Round 4, Pick 118: Chris Rumph, DE, Duke

Rumph is an interesting prospect as he is projected as an outside linebacker at the next level but played primarily defensive end at Duke. At 6-foot-3, 244-lbs, Rumph simply does not have the prototypical size of an NFL defensive end. His strengths as a pass rusher lie in his superhuman athleticism and non-stop motor. Rumph is a player who never gives up on a play, totaling 33 tackles for loss and 17.5 sacks during his collegiate career.

Defensive guru Brandon Staley is the perfect coach to fully unlock the potential of an athletic player like Rumph who lacks the positional fundamentals. Rumph will be an instant special teams contributor who will develop into a successful rotational pass-rusher.
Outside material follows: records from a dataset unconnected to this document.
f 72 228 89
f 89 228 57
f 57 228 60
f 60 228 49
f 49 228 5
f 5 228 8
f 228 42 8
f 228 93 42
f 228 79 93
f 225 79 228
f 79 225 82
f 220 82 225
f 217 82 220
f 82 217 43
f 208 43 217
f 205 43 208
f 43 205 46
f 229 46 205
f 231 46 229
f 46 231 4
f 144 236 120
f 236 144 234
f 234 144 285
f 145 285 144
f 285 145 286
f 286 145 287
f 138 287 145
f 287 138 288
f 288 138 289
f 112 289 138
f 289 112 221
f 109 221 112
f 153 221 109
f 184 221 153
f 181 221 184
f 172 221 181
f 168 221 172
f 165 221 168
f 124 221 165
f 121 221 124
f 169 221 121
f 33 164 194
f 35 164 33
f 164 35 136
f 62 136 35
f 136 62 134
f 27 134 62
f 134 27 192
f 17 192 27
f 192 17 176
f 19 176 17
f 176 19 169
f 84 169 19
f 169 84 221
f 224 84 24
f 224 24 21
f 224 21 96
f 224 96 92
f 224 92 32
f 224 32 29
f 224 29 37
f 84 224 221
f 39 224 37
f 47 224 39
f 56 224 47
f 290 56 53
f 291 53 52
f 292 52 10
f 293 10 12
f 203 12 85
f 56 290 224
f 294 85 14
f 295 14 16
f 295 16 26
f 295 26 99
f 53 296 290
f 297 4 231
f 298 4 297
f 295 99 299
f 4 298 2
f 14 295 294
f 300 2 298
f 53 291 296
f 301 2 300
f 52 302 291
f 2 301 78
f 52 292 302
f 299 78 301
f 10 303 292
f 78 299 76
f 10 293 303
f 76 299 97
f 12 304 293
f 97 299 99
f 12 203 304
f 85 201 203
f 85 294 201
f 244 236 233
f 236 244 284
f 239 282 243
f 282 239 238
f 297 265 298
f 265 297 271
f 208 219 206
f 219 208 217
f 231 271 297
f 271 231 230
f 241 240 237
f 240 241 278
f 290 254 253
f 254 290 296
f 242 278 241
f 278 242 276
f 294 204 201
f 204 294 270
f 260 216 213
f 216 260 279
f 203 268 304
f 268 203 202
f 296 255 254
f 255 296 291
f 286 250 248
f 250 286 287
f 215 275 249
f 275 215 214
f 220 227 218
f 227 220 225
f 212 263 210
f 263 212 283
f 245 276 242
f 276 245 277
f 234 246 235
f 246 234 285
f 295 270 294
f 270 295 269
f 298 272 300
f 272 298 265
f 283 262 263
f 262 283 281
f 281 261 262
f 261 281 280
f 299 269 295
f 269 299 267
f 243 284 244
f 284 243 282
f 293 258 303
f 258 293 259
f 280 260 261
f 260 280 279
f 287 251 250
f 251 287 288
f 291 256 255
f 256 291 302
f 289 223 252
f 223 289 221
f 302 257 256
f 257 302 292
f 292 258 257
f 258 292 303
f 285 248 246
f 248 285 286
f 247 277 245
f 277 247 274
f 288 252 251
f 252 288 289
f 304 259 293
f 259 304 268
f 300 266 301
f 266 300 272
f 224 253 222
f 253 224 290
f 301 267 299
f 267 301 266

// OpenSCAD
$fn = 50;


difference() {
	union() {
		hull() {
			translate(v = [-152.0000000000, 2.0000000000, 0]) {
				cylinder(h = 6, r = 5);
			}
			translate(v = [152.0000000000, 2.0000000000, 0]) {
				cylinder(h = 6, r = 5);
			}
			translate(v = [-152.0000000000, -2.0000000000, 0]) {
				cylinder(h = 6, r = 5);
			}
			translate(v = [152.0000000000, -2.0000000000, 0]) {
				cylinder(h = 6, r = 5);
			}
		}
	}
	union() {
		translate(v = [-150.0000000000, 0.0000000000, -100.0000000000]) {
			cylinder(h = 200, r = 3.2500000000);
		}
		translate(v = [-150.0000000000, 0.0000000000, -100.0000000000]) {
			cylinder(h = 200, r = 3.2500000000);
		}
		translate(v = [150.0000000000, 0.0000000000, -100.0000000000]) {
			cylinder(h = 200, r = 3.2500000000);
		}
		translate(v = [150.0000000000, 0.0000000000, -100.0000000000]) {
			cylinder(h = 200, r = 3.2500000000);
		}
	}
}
Round 5, Pick 185: Brenden Jaimes, OL, Nebraska

In the fifth round, the Chargers decided to double-dip into the draft’s talented offensive line class by selecting Brenden Jaimes. Jaimes is not a prospect who will wow you with athleticism. Instead, he relies on his fundamentals and high football IQ to quickly get into blocks. He has great vision plus he offers position versatility, with his ability to play guard and tackle. For a team like the Chargers, who have battled so many injuries over the past couple of seasons, a prospect like Jaimes who can play multiple positions is extremely valuable.

Jaimes won’t crack the starting lineup this season but will serve as the team’s backup guard, or tackle if necessary.

Round 6, Pick 185: Nick Niemann, LB, Iowa

With the first pick of the sixth-round, Los Angeles selected former Iowa Hawkeye Nick Niemann. Niemann joins a Charger linebacker room that already features Kenneth Murray, Drue Tranquill, and Kyzir White. Niemann is a sure open-field tackler and is a disruptive force against the run game. Having a thumper like Niemann in the middle of the defense is a great compliment to the group.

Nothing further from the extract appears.